That will actually install mc _every time_ you boot the system.


----------



## Phishfry (Feb 9, 2019)

So his script is missing the delete sentinel step.
`rm /firstboot`


----------



## SirDice (Feb 11, 2019)

It's not the script's job to remove the sentinel (it's done at the end of /etc/rc). Besides that, it would still get executed with each boot. It's missing the rcorder(8) KEYWORD for example.


----------



## balanga (Feb 11, 2019)

SirDice said:


> That will actually install mc _every time_ you boot the system.



The sentinel file created is /firstboot and this gets deleted at the end of the 'firstboot' process. The script itself -  /etc/rc.d/firstboot remains but will not get invoked because the sentinel file no longer exists.

For the sake of tidying things up, maybe I should delete the script by including `rm /etc/rc.d/firstboot` as the last command in the script, although I'm not sure if you can delete a script which is currently running...


----------



## SirDice (Feb 12, 2019)

balanga said:


> The script itself - /etc/rc.d/firstboot remains but will not get invoked because the sentinel file no longer exists.


The script would be invoked every time regardless if the sentinel exists or not, because there's nothing limiting it to the firstboot only.
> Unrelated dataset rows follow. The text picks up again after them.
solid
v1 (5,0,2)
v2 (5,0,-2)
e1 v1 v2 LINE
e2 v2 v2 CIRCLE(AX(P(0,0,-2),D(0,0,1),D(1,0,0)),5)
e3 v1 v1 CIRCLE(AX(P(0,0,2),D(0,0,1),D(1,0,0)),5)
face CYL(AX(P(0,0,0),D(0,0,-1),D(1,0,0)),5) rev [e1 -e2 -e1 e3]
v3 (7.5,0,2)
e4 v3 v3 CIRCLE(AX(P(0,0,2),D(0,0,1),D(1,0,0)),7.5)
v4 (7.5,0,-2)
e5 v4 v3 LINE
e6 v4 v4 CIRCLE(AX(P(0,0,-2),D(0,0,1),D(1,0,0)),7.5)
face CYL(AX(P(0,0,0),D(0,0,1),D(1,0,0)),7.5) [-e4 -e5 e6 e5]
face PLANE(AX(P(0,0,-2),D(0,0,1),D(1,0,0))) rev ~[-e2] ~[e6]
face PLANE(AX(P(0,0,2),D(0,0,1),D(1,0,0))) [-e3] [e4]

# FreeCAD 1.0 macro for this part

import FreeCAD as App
import Part
import Sketcher

V = App.Vector

doc = App.newDocument("Part")
body = doc.addObject("PartDesign::Body", "Body")

# Sketch on XY plane
sketch1 = body.newObject("Sketcher::SketchObject", "Sketch")
sketch1.AttachmentSupport = (doc.getObject("XY_Plane"), [""])
sketch1.MapMode = "FlatFace"
sketch1.addGeometry([
    Part.Circle(V(0, 0, 0), V(0, 0, 1), 7.5),
    Part.Circle(V(0, 0, 0), V(0, 0, 1), 5),
], False)
sketch1.addConstraint([
    Sketcher.Constraint("Coincident", 0, 3, -1, 1),
    Sketcher.Constraint("Coincident", 1, 3, -1, 1),
    Sketcher.Constraint("Diameter", 0, 15.0),
    Sketcher.Constraint("Diameter", 1, 10.0),
])
pad1 = body.newObject("PartDesign::Pad", "Pad")
pad1.Profile = sketch1
pad1.Length = 4
pad1.Midplane = True

doc.recompute()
See rc(8).


----------



## balanga (Feb 12, 2019)

That is not my experience.


----------



## balanga (Nov 2, 2019)

Revisiting an old topic which I never fully understood, I came across this article which helped me understand how it holds together:-

https://reviews.freebsd.org/D14275

The suggestion was to add firstboot-pkgs work into the base system, which makes a lot of  sense, because you have a catch-22 situation in that, AFAICS BICBW, you need to `pkg install sysutils/firstboot-pkgs` before the first boot!!!

I could never get my head around this and couldn't see how it could work.


----------